Flashback to 1987, when Jessie’s husband was just 9 years old. After experiencing a random seizure, an MRI showed he had a non-cancerous brain tumor. The doctors weren’t sure what caused the tumor, and the family didn’t question it.
Years later, Jessie encouraged him to get an MRI to get to the bottom of this so-called tumor, but the doctor didn’t think an MRI was necessary since her husband hadn’t experienced another seizure and wasn’t showing any strange symptoms.
The pieces finally started coming together when their second child, Matty, was 13 months old and he stopped communicating completely: “He stopped talking, pointing, waving.” After bloodwork came back normal, a neurologist ordered Matty an MRI, largely based on Jesse’s husband’s health history. Jessie says the MRI showed Matty had “a few cavernous malformations.”
Jessie had never heard of cavernous malformations before, and was quite concerned, but none of the doctors she spoke to seemed to share her feelings. After confirming that her son did not have brain cancer, Jessie felt relieved: “Little did I know the road we were about to travel on.”
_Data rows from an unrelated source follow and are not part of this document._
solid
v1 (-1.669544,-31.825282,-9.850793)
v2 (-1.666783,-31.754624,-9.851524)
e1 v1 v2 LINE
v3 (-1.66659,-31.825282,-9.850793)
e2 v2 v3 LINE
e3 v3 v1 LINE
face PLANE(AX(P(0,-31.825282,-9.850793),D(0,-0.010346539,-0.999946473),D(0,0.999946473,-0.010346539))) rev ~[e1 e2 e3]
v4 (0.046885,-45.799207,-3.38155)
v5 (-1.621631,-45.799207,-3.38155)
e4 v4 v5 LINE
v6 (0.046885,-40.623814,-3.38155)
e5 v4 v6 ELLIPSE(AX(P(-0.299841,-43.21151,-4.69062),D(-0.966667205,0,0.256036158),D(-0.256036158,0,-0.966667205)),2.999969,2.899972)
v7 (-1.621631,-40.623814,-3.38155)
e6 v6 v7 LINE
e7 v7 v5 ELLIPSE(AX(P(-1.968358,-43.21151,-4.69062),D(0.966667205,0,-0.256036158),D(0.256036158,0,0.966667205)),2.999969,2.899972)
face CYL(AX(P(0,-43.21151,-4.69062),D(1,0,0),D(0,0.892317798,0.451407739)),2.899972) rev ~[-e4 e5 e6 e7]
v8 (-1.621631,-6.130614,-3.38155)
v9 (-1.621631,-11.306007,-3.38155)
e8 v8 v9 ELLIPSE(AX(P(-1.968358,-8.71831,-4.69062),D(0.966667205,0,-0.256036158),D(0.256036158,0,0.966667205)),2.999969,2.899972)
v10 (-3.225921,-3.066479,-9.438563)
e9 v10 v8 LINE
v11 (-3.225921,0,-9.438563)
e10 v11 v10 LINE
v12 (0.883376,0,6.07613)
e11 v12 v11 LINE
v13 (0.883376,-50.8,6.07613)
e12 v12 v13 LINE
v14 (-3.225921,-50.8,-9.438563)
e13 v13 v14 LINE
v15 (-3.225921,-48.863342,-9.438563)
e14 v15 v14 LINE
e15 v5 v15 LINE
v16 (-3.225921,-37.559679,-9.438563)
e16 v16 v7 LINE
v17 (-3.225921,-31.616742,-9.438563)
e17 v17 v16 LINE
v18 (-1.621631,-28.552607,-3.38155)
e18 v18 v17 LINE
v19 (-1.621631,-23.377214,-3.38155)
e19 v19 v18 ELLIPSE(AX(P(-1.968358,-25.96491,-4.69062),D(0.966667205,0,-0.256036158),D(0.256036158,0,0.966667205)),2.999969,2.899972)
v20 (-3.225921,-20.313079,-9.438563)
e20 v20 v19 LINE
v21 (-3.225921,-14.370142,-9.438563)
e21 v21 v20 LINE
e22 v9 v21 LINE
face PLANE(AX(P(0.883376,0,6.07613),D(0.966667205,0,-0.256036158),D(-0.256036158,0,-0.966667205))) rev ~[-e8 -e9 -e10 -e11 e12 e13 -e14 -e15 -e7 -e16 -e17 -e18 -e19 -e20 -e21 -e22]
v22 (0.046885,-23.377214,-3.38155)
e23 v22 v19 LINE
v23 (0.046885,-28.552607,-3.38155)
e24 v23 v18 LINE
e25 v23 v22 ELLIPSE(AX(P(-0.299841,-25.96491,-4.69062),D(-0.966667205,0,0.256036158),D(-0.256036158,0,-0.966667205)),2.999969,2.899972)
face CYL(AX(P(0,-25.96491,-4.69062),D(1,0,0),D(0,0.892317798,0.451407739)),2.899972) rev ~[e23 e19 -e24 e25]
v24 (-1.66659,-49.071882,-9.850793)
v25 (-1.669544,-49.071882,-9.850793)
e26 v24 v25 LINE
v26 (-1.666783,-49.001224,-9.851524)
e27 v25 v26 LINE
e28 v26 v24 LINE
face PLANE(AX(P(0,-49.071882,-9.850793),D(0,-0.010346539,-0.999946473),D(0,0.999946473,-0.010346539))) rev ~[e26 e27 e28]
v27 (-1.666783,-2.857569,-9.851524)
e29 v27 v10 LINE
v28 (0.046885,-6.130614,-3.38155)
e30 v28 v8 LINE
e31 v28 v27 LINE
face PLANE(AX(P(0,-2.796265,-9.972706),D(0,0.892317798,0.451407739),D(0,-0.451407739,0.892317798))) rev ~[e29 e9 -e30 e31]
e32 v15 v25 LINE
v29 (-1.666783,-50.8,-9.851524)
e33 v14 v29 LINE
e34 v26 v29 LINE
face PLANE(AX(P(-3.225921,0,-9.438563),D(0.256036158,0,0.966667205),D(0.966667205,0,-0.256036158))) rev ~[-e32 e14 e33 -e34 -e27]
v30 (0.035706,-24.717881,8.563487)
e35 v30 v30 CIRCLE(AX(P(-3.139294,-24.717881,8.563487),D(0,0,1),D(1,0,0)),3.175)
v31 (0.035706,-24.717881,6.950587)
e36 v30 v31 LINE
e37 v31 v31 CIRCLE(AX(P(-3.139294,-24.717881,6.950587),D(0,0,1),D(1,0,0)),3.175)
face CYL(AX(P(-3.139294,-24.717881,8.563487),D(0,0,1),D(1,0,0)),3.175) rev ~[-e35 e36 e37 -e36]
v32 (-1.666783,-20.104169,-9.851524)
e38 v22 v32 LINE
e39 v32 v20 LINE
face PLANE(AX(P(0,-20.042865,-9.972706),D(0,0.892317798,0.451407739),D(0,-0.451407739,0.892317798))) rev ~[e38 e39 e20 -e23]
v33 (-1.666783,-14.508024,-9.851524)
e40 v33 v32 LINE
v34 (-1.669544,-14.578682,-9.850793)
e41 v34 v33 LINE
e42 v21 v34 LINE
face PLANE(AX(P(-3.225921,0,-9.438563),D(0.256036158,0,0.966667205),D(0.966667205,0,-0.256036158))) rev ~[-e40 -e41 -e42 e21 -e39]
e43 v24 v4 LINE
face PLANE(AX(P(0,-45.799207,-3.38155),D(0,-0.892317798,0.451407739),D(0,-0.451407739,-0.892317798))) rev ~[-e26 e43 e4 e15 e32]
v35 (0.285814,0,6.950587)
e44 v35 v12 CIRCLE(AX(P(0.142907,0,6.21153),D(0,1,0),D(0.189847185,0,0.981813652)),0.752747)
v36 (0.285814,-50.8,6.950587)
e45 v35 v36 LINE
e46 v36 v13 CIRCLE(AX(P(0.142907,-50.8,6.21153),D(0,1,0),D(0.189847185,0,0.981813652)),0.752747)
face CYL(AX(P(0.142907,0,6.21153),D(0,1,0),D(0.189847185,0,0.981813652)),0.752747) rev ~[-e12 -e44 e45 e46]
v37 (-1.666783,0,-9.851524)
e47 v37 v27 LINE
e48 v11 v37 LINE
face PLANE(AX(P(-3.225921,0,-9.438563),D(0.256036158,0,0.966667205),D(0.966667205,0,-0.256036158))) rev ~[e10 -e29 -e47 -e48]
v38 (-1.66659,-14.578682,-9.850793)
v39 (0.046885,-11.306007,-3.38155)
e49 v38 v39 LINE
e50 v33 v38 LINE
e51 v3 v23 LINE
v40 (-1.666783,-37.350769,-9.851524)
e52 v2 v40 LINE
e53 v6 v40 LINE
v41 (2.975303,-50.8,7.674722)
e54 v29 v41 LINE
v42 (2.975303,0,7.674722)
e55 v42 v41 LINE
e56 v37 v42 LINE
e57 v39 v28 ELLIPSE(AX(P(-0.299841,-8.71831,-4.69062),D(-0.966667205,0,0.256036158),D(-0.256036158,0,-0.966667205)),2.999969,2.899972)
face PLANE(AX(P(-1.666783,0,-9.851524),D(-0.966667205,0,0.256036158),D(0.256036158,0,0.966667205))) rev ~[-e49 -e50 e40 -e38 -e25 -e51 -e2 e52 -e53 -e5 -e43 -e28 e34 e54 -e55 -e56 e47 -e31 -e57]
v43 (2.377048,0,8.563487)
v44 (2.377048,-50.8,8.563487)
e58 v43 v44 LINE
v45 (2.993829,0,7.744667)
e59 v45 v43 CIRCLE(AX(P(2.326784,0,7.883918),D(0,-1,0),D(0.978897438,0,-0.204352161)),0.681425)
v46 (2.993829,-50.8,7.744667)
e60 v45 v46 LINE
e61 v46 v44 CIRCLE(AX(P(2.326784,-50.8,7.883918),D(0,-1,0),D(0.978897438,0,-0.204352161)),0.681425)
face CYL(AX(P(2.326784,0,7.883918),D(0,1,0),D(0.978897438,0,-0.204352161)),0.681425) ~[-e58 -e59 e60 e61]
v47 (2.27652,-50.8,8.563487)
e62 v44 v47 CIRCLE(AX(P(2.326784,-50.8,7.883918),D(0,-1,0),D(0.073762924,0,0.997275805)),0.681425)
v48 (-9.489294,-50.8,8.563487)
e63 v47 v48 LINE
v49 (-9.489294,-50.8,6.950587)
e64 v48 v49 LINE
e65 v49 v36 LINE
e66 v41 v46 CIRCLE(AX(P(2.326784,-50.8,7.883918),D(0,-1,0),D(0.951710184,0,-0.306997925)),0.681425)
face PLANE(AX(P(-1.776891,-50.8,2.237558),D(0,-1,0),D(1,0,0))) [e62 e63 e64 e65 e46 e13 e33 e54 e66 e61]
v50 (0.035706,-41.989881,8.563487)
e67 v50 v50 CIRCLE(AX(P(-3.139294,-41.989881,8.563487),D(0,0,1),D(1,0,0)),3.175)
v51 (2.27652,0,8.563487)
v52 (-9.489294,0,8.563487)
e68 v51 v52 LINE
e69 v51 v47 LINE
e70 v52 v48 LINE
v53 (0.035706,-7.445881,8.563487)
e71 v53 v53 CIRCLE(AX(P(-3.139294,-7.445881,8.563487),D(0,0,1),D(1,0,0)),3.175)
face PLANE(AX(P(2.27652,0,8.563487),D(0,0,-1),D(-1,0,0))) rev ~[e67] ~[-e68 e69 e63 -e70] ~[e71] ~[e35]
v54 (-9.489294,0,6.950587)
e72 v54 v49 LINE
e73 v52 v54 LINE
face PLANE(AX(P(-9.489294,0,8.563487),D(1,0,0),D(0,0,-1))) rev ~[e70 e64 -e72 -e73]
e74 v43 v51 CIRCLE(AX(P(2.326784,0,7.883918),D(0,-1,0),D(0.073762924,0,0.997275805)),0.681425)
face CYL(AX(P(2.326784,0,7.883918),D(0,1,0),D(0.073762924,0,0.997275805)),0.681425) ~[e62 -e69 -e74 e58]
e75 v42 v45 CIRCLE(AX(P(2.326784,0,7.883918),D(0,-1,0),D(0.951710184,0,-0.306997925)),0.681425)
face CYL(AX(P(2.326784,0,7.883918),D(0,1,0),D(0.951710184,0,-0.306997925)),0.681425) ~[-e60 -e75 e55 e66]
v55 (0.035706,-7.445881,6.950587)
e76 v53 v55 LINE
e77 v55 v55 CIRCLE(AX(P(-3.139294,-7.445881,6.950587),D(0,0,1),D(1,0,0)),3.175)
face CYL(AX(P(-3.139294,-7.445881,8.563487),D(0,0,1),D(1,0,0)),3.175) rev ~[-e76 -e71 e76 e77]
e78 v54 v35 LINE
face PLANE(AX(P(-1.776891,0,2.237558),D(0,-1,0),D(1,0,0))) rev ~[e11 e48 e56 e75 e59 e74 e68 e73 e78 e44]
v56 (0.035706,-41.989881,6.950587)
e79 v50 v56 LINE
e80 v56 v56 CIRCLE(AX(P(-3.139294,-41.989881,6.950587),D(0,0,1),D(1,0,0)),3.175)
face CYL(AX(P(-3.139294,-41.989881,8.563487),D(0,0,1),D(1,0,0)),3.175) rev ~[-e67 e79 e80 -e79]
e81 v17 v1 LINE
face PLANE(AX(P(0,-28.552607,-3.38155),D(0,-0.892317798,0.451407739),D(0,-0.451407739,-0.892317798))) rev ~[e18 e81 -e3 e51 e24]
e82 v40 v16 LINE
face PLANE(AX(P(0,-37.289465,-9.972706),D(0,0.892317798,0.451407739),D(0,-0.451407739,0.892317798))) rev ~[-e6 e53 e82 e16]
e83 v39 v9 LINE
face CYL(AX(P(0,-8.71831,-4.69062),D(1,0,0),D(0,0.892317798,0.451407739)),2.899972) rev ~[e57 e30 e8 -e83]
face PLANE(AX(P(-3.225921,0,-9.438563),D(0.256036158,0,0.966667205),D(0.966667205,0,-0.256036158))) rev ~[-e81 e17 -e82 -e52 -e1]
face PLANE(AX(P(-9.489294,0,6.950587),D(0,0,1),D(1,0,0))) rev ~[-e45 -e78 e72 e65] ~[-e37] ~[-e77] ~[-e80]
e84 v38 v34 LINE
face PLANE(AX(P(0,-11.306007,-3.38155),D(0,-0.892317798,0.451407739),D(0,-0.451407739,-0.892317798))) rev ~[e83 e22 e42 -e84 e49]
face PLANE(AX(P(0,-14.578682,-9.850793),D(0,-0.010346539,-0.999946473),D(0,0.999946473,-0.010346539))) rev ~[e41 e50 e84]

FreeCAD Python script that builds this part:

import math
import FreeCAD as App
import Part
import Sketcher
from FreeCAD import Vector
Q = App.Units.Quantity

doc = App.newDocument("Part")
params = doc.addObject("Spreadsheet::Sheet", "Params")
for row, (alias, value) in enumerate([
    ("pad1_length", "2 in"),
    ("sketch3_diameter", "0.25 in"),
    ("pocket2_length", "0.0635 in"),
], start=1):
    params.set(f"A{row}", alias)
    params.set(f"B{row}", "=" + value)
    params.setAlias(f"B{row}", alias)

body = doc.addObject("PartDesign::Body", "Body")

# Sketch on XZ plane
sketch1 = body.newObject("Sketcher::SketchObject", "Sketch")
sketch1.AttachmentSupport = (doc.getObject("XZ_Plane"), [""])
sketch1.MapMode = "FlatFace"
sketch1.addGeometry([
    Part.LineSegment(Vector(-9.489294, 8.563487, 0), Vector(-9.489294, 6.950587, 0)),  # 0
    Part.LineSegment(Vector(-9.489294, 6.950587, 0), Vector(0.285814, 6.950587, 0)),  # 1
    Part.ArcOfCircle(Part.Circle(Vector(0.142907, 6.21153, 0), Vector(0, 0, 1), 0.752747), math.radians(-10.362456), math.radians(79.056134)),  # 2
    Part.LineSegment(Vector(0.883376, 6.07613, 0), Vector(-3.225921, -9.438563, 0)),  # 3
    Part.LineSegment(Vector(-3.225921, -9.438563, 0), Vector(-1.666783, -9.851524, 0)),  # 4
    Part.LineSegment(Vector(-1.666783, -9.851524, 0), Vector(2.975303, 7.674722, 0)),  # 5
    Part.ArcOfCircle(Part.Circle(Vector(2.326784, 7.883918, 0), Vector(0, 0, 1), 0.681425), math.radians(-17.878404), math.radians(-11.791578)),  # 6
    Part.ArcOfCircle(Part.Circle(Vector(2.326784, 7.883918, 0), Vector(0, 0, 1), 0.681425), math.radians(-11.791578), math.radians(85.769854)),  # 7
    Part.ArcOfCircle(Part.Circle(Vector(2.326784, 7.883918, 0), Vector(0, 0, 1), 0.681425), math.radians(85.769854), math.radians(94.230146)),  # 8
    Part.LineSegment(Vector(2.27652, 8.563487, 0), Vector(-9.489294, 8.563487, 0)),  # 9
], False)
sketch1.addConstraint([
    Sketcher.Constraint("Coincident", 0, 2, 1, 1),
    Sketcher.Constraint("Coincident", 1, 2, 2, 2),
    Sketcher.Constraint("Coincident", 2, 1, 3, 1),
    Sketcher.Constraint("Coincident", 3, 2, 4, 1),
    Sketcher.Constraint("Coincident", 4, 2, 5, 1),
    Sketcher.Constraint("Coincident", 5, 2, 6, 1),
    Sketcher.Constraint("Coincident", 6, 2, 7, 1),
    Sketcher.Constraint("Coincident", 7, 2, 8, 1),
    Sketcher.Constraint("Coincident", 8, 2, 9, 1),
    Sketcher.Constraint("Coincident", 9, 2, 0, 1),
    Sketcher.Constraint("Vertical", 0),
    Sketcher.Constraint("Horizontal", 1),
    Sketcher.Constraint("Horizontal", 9),
    Sketcher.Constraint("Coincident", 7, 3, 6, 3),
    Sketcher.Constraint("Coincident", 8, 3, 6, 3),
    Sketcher.Constraint("DistanceY", 0, 2, 0, 1, Q("0.0635 in")),
    Sketcher.Constraint("Distance", 4, Q("0.0635 in")),
    Sketcher.Constraint("Radius", 2, Q("0.752747 mm")),
    Sketcher.Constraint("Radius", 6, Q("0.681425 mm")),
    Sketcher.Constraint("DistanceX", 0, 2, 7, 3, Q("0.4651999 in")),
    Sketcher.Constraint("DistanceX", 4, 2, 2, 1, Q("0.1004 in")),
    Sketcher.Constraint("DistanceX", 1, 1, 1, 2, Q("9.775108 mm")),
    Sketcher.Constraint("DistanceX", 0, 2, 2, 3, Q("9.632201 mm")),
    Sketcher.Constraint("DistanceY", 2, 1, 2, 3, Q("0.1354 mm")),
    Sketcher.Constraint("Distance", 5, Q("18.130589 mm")),
    Sketcher.Constraint("DistanceX", 9, 2, 9, 1, Q("11.765814 mm")),
    Sketcher.Constraint("DistanceY", -1, 1, 2, 3, Q("6.21153 mm")),
    Sketcher.Constraint("DistanceX", 3, 2, -1, 1, Q("3.225921 mm")),
    Sketcher.Constraint("DistanceY", -1, 1, 5, 2, Q("7.674722 mm")),
    Sketcher.Constraint("DistanceX", -1, 1, 6, 2, Q("2.993829 mm")),
    Sketcher.Constraint("DistanceX", -1, 1, 8, 2, Q("2.27652 mm")),
    Sketcher.Constraint("DistanceY", 8, 3, 7, 2, Q("0.679569 mm")),
])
One night, Matty was vomiting, which Jessie assumed was a stomach bug. Soon after, Matty was no longer able to walk. Again, Jessie explains, doctors did not seem very concerned. Jessie “pushed and pushed” for another MRI, which showed that Matty had a brain bleed in his cerebellum caused by his cavernous malformations. Frustrated, Jessie took things into her own hands. She got connected with the Angioma Alliance, a patient organization dedicated to supporting people impacted by cavernous malformations (also known as “cavernous angiomas”) and pushing for further research and treatment options. Through the Angioma Alliance, Matty got genetic testing and was found to have CCM3, an extremely rare and severe syndrome.
After Matty’s diagnosis, Jessie’s husband and two other children went through genetic testing. It was no surprise to Jessie to learn that her husband also has CCM3, but when her two other children’s results came back positive she was shocked. She had never noticed any symptoms in these two children.
“In this very rare disease, we have probably 2% of the population in our house,” Jessie says.
The family’s life has changed a lot since their diagnoses in 2015 and 2016, but they have gotten into a routine: MRIs every six months, and all three kids get theirs done in the same day. Jessie says many of their days are taken up by visiting doctors and specialists, which eats into their time as a family. Otherwise, Jessie says her children live relatively normal lives.
“I can see my two older ones jumping on the trampoline outside,” she says during our interview.
Today, Matty still has some trouble communicating. “It will take him a while to come up with the words for things, and people will get impatient with him,” Jessie says. She wishes people would be more patient with people whose difficulties are not visible on the surface.
Jessie says her and her husband’s main coping mechanisms are humor and therapy. Jessie calls therapy an important component in their self-care, especially for her husband, who experiences feelings of guilt for unknowingly passing CCM3 down to their three children.
When they joined the AllStripes research program for CCM3, AllStripes was able to retrieve Jessie’s husband’s medical records from the 1980s. Jessie says they would have cost her $2 per page to retrieve on her own, but AllStripes provides records to patients and families in the research programs at no cost. Jessie signed her children up for the AllStripes CCM3 research program, too, so she can organize their medical records in one place and contribute to research to advance treatments.
“Right now, the only treatment is surgery. Brain surgery is not a good treatment for something,” Jessie explains, “All research is so important. We’re getting closer to an actual treatment.”